La chancelière lutte depuis des mois pour le maintien de sa coalition avec les sociaux-démocrates, mais celle-ci apparaît au bord de l’implosion après des échecs électoraux pour les deux partis dimanche en Hesse et début octobre en Bavière.


Mme Merkel, qui dirige le pays depuis 13 ans, est elle de plus en plus contestée dans ses rangs et dans l’opinion publique.

Les deux scrutins régionaux du mois d’octobre faisaient figure de test national de popularité pour Angela Merkel et son équipe à Berlin.

Depuis des semaines, le débat sur la succession de Merkel au sein du parti CDU n’est plus tabou, tant elle apparaît usée par le pouvoir 13 mois après sa victoire étriquée aux législatives.

En réalité, sa popularité n’a cessé de refluer depuis sa décision d’ouvrir les frontières du pays à plus d’un million de demandeurs d’asile en 2015 et 2016, à mesure que celle de l’extrême droite anti-migrants de l’Alternative pour l’Allemagne (AfD) progressait.

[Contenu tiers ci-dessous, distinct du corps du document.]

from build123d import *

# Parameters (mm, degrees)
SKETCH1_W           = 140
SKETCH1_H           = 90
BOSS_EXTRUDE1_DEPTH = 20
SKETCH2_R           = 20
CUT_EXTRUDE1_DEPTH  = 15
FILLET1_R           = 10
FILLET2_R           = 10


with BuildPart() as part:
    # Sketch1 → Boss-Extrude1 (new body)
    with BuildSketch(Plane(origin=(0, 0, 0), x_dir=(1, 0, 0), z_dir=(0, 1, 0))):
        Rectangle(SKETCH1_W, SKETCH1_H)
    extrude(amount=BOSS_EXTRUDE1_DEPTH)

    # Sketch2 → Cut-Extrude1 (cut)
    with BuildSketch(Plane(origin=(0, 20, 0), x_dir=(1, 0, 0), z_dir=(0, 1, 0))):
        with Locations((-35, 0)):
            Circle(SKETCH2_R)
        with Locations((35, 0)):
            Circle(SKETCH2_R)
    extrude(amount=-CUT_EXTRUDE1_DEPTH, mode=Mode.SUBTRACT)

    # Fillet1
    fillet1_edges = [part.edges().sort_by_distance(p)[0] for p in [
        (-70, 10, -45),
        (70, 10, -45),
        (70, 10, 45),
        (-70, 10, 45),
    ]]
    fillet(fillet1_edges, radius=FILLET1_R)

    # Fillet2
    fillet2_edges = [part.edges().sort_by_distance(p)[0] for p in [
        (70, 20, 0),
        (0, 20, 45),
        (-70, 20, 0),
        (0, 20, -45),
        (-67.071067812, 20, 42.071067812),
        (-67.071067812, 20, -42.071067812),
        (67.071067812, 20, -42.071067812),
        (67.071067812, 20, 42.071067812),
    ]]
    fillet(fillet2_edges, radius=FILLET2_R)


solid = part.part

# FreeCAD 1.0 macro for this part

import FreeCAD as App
import Part
import Sketcher

V = App.Vector
Q = App.Units.Quantity


def edges_at(feature, points):
    """Names of the edges that pass closest to the given points."""
    edges = feature.Shape.Edges
    near = lambda p: min(range(len(edges)), key=lambda i: edges[i].distToShape(Part.Vertex(*p))[0])
    return sorted({f"Edge{near(p) + 1}" for p in points})

doc = App.newDocument("Part")
body = doc.addObject("PartDesign::Body", "Body")

# Sketch on XZ plane
sketch1 = body.newObject("Sketcher::SketchObject", "Sketch")
sketch1.AttachmentSupport = (doc.getObject("XZ_Plane"), [""])
sketch1.MapMode = "FlatFace"
sketch1.addGeometry([
    Part.LineSegment(V(-70, -45, 0), V(-70, 45, 0)),
    Part.LineSegment(V(-70, 45, 0), V(70, 45, 0)),
    Part.LineSegment(V(70, 45, 0), V(70, -45, 0)),
    Part.LineSegment(V(70, -45, 0), V(-70, -45, 0)),
], False)
sketch1.addConstraint([
    Sketcher.Constraint("Coincident", 0, 2, 1, 1),
    Sketcher.Constraint("Coincident", 1, 2, 2, 1),
    Sketcher.Constraint("Coincident", 2, 2, 3, 1),
    Sketcher.Constraint("Coincident", 3, 2, 0, 1),
    Sketcher.Constraint("Vertical", 0),
    Sketcher.Constraint("Horizontal", 1),
    Sketcher.Constraint("Vertical", 2),
    Sketcher.Constraint("Horizontal", 3),
    Sketcher.Constraint("Symmetric", 0, 2, 2, 2, -1, 1),
    Sketcher.Constraint("DistanceX", 1, 1, 1, 2, Q("140 mm")),
    Sketcher.Constraint("DistanceY", 0, 1, 0, 2, Q("90 mm")),
])
pad1 = body.newObject("PartDesign::Pad", "Pad")
pad1.Profile = sketch1
pad1.Length = 20
pad1.Reversed = True

# Sketch on XZ plane
sketch2 = body.newObject("Sketcher::SketchObject", "Sketch001")
sketch2.AttachmentSupport = (doc.getObject("XZ_Plane"), [""])
sketch2.MapMode = "FlatFace"
sketch2.AttachmentOffset = App.Placement(V(0, 0, -20), App.Rotation())
sketch2.addGeometry([
    Part.Circle(V(-35, 0, 0), V(0, 0, 1), 20),
    Part.Circle(V(35, 0, 0), V(0, 0, 1), 20),
], False)
sketch2.addConstraint([
    Sketcher.Constraint("Equal", 0, 1),
    Sketcher.Constraint("Symmetric", 0, 3, 1, 3, -1, 1),
    Sketcher.Constraint("PointOnObject", 0, 3, -1),
    Sketcher.Constraint("Diameter", 0, Q("40 mm")),
    Sketcher.Constraint("DistanceX", 0, 3, -1, 1, Q("35 mm")),
])
pocket1 = body.newObject("PartDesign::Pocket", "Pocket")
pocket1.Profile = sketch2
pocket1.Length = 15
pocket1.Reversed = True
doc.recompute()

fillet = body.newObject("PartDesign::Fillet", "Fillet")
fillet.Base = (pocket1, edges_at(pocket1, [
    (-70, 10, -45),
    (70, 10, -45),
    (70, 10, 45),
    (-70, 10, 45),
]))
fillet.Radius = 10
doc.recompute()

fillet2 = body.newObject("PartDesign::Fillet", "Fillet001")
fillet2.Base = (fillet, edges_at(fillet, [
    (70, 20, 0),
    (0, 20, 45),
    (-70, 20, 0),
    (0, 20, -45),
    (-67.071, 20, 42.071),
    (-67.071, 20, -42.071),
    (67.071, 20, -42.071),
    (67.071, 20, 42.071),
]))
fillet2.Radius = 10

doc.recompute()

Ce mouvement s’est félicité lundi du début de retrait d’Angela Merkel. « Nous y sommes pour beaucoup », a trompété le co-président du parti Alexander Gauland. Le président d’un autre parti d’opposition, les Libéraux, Christian Lindner, a lui ironisé en jugeant que « Mme Merkel abandonne le mauvais mandat » en renonçant à la présidence du parti et non à la chancellerie.

– SPD en crise –

Plusieurs cadres du parti conservateur réclament depuis des mois un coup de barre à droite et demandent à Angela Merkel de préparer sa succession. Celle-ci avait refusé jusqu’ici de publiquement débattre de son avenir.

L’autre grande source de difficultés pour la chancelière est son allié social-démocrate.

La présidente du SPD Andrea Nahles a agité dimanche soir la menace d’un départ du gouvernement faute de garanties rapides sur un meilleur fonctionnement du gouvernement, miné depuis des mois par des querelle internes, notamment sur la politique migratoire.

« L’état dans lequel se trouve le gouvernement est inacceptable », a-t-elle lancé.

Les militants sociaux-démocrates sont de plus en plus nombreux à réclamer une cure d’opposition, par crainte de voir leur parti disparaître. Leur parti s’est effondré en Hesse d’une dizaine de points lui aussi à 19,8%.